Driving through tobacco growing areas, outside the Murchison Falls National Park one barely encounters natural forests.

The native trees have been cut down and no efforts have been made to replace them.

Occasionally, one sees smaller manmade forests of eucalyptus trees that belong to a few individuals who, after growing food crops still have land to spare.

Larger manmade forests belong to the leading tobacco company British American Tobacco Uganda Ltd. The company sells the wood to the tobacco farmers.

Caught between the short term need for revenue and employment opportunities that the tobacco industry presents, the government has turned a blind eye to the unfolding environmental impact of the plant.

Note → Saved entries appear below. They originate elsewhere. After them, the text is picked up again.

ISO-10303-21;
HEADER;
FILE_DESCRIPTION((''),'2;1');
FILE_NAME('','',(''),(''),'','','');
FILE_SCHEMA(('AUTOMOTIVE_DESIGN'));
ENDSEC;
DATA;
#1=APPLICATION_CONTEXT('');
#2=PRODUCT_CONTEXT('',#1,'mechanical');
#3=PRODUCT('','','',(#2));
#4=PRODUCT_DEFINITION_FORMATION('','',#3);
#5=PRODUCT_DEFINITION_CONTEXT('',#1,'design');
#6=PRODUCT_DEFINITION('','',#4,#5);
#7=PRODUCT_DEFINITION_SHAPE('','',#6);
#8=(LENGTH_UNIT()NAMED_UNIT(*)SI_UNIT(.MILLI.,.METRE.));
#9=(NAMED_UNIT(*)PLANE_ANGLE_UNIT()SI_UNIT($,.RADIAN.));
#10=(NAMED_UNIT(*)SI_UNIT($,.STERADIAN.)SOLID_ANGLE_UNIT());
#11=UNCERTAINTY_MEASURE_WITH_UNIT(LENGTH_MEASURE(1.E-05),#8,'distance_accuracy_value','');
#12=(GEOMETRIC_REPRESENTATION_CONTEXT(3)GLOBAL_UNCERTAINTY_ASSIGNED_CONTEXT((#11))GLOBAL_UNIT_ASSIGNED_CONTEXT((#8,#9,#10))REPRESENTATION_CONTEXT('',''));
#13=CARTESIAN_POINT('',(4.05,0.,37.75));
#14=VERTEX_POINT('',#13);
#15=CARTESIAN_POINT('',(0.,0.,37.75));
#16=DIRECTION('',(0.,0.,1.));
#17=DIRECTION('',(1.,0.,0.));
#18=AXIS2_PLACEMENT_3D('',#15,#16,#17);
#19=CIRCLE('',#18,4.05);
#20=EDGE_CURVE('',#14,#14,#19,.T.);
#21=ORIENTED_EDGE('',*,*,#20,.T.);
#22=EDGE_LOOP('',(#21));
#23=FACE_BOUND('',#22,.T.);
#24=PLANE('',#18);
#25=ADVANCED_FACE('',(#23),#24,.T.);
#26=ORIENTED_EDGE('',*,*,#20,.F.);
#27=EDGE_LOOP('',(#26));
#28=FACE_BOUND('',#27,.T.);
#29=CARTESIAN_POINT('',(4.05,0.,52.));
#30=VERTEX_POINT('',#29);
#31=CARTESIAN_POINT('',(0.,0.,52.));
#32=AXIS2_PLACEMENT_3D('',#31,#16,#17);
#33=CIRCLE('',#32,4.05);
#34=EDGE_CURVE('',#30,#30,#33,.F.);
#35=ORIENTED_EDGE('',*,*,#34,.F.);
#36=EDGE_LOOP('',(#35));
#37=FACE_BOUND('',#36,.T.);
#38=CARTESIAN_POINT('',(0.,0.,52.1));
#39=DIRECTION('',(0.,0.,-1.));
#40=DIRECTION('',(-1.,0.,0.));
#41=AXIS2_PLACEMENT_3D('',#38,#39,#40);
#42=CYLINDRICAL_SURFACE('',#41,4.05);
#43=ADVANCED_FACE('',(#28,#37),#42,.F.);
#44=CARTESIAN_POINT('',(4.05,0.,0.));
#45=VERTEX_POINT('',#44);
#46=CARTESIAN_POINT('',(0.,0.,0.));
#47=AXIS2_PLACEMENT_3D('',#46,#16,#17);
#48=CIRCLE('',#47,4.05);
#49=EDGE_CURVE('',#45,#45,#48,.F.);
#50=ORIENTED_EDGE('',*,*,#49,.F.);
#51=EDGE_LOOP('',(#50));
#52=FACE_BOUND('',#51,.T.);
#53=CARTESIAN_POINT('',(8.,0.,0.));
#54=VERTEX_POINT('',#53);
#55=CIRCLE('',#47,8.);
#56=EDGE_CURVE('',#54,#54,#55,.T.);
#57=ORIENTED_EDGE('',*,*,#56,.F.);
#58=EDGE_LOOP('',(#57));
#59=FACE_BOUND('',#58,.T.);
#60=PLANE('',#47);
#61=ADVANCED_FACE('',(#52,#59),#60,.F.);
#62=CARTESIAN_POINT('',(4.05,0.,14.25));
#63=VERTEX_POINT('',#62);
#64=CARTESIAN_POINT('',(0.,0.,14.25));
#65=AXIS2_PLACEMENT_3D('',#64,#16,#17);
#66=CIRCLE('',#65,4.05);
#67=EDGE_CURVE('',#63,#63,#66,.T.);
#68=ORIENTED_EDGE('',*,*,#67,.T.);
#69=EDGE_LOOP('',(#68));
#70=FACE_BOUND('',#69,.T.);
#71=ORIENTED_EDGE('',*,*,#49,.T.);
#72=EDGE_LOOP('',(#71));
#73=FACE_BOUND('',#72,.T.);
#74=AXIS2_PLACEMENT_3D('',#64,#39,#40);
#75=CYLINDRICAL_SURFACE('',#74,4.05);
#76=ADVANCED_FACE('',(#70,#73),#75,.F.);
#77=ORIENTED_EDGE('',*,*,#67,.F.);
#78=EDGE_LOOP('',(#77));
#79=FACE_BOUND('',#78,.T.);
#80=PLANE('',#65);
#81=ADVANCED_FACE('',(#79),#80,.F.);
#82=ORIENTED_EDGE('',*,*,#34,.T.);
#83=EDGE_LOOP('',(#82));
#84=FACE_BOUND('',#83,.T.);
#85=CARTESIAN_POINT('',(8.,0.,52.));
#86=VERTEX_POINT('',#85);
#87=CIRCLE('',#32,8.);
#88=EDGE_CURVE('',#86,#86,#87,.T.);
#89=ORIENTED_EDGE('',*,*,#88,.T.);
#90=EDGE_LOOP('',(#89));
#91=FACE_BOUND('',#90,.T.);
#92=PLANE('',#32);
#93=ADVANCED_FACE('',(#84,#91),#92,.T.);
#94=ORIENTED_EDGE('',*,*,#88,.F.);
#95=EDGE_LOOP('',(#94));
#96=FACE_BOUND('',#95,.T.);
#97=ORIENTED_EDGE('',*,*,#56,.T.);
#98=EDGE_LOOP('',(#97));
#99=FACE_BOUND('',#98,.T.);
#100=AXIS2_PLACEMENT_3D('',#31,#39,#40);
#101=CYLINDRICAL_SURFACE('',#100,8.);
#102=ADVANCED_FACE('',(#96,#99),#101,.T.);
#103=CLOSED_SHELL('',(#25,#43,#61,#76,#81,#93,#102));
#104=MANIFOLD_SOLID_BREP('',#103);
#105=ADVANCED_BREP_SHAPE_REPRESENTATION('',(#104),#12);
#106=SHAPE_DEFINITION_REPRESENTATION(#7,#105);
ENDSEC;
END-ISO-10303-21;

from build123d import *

# Parameters (mm, degrees)
S01_SOLID_POST_BLANK_16_MM_R             = 8
F_01_SOLID_POST_BLANK_16_MM_DEPTH        = 52
F_02_START                               = -0.1
S02_REAR_M6_HEAT_SET_INSERT_SEAT_R       = 4.05
F_02_REAR_M6_HEAT_SET_INSERT_SEAT_DEPTH  = 14.35
F_03_START                               = 37.75
S03_FRONT_M6_HEAT_SET_INSERT_SEAT_R      = 4.05
F_03_FRONT_M6_HEAT_SET_INSERT_SEAT_DEPTH = 14.35


with BuildPart() as part:
    # S01 - Solid post blank - 16 mm → 01 - Solid post blank - 16 mm (new body)
    with BuildSketch(Plane.XY):
        Circle(S01_SOLID_POST_BLANK_16_MM_R)
    extrude(amount=F_01_SOLID_POST_BLANK_16_MM_DEPTH)

    # S02 - Rear M6 heat-set insert seat → 02 - Rear M6 heat-set insert seat (cut)
    with BuildSketch(Plane.XY.offset(F_02_START)):
        Circle(S02_REAR_M6_HEAT_SET_INSERT_SEAT_R)
    extrude(amount=F_02_REAR_M6_HEAT_SET_INSERT_SEAT_DEPTH, mode=Mode.SUBTRACT)

    # S03 - Front M6 heat-set insert seat → 03 - Front M6 heat-set insert seat (cut)
    with BuildSketch(Plane.XY.offset(F_03_START)):
        Circle(S03_FRONT_M6_HEAT_SET_INSERT_SEAT_R)
    extrude(amount=F_03_FRONT_M6_HEAT_SET_INSERT_SEAT_DEPTH, mode=Mode.SUBTRACT)


solid = part.part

In 2009, the country exported 32,000 tonnes of tobacco leaves that fetched $57 million in revenue.

The previous year, the industry exported 29,042 tonnes fetching $66 million.

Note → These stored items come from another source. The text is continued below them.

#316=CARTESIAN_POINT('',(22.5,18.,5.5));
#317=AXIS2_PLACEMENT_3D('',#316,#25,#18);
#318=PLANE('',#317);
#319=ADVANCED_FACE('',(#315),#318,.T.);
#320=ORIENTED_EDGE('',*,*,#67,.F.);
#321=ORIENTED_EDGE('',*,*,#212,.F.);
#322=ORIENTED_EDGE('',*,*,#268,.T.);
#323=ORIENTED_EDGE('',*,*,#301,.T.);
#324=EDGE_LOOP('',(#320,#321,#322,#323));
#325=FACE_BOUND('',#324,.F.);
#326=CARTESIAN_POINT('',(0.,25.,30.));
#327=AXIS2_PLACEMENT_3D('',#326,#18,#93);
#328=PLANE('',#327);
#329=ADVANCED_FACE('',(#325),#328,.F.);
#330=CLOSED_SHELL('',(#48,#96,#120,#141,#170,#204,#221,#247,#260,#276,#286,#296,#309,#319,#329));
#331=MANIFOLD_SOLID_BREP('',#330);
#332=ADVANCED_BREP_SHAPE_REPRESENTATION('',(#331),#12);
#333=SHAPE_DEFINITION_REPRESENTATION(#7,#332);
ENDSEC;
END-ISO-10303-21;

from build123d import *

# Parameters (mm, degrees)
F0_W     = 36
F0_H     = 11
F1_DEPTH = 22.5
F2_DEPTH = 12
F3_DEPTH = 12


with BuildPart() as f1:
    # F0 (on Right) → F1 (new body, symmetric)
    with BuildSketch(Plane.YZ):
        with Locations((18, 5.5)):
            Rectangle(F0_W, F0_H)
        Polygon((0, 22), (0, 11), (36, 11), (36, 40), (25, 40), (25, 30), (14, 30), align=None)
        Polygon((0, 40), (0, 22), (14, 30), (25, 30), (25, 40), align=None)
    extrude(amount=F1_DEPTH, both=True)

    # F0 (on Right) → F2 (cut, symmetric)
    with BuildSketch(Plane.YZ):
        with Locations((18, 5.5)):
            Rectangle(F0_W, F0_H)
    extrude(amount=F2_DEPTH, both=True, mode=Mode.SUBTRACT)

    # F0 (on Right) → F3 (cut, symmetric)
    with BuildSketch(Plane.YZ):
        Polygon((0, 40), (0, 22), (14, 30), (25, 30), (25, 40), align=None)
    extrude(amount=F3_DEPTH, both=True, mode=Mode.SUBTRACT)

Also, over 90 per cent of Uganda households rely on wood fuel as a source of energy, which adds to the challenge of redeeming the forest cover.

In addition, there is increased demand for timber for the construction and furniture making industries.

A 1992 Panos study on deforestation in developing countries revealed that 69 per cent of wood consumed by tobacco companies goes to fuel used in curing tobacco, and 15 per cent to poles and sticks for constructing barns.

The most affected countries include Kenya, Tanzania, Malawi, Brazil and Uganda. Zimbabwe is the only country in Africa that uses the flue method — which makes use of coal, petrol or oil — to cure tobacco leaves.

Despite tobacco being an industrial crop with a considerable number of farmers producing it, the National Agricultural Research Organisation, Uganda’s lead research body, cannot regulate the crop as it is outside its mandate.

This leaves the sector in the hands of private multi billion dollar companies.

Julius Mukalazi, director of research at the Zonal Agricultural Research and Development Institute in West Nile, said the effect is disastrous as these companies have exhausted the natural forest trees and are now cutting down mango trees.

“In future we may not have fruits,” said Dr Mukalazi. “Batu and other companies need to come up with mitigating programmes such as agroforestry, growing woodland for firewood and fodder for livestock, which should be integrated under Naro.”

However, when asked about their plan for reforestation, Batu was unresponsive.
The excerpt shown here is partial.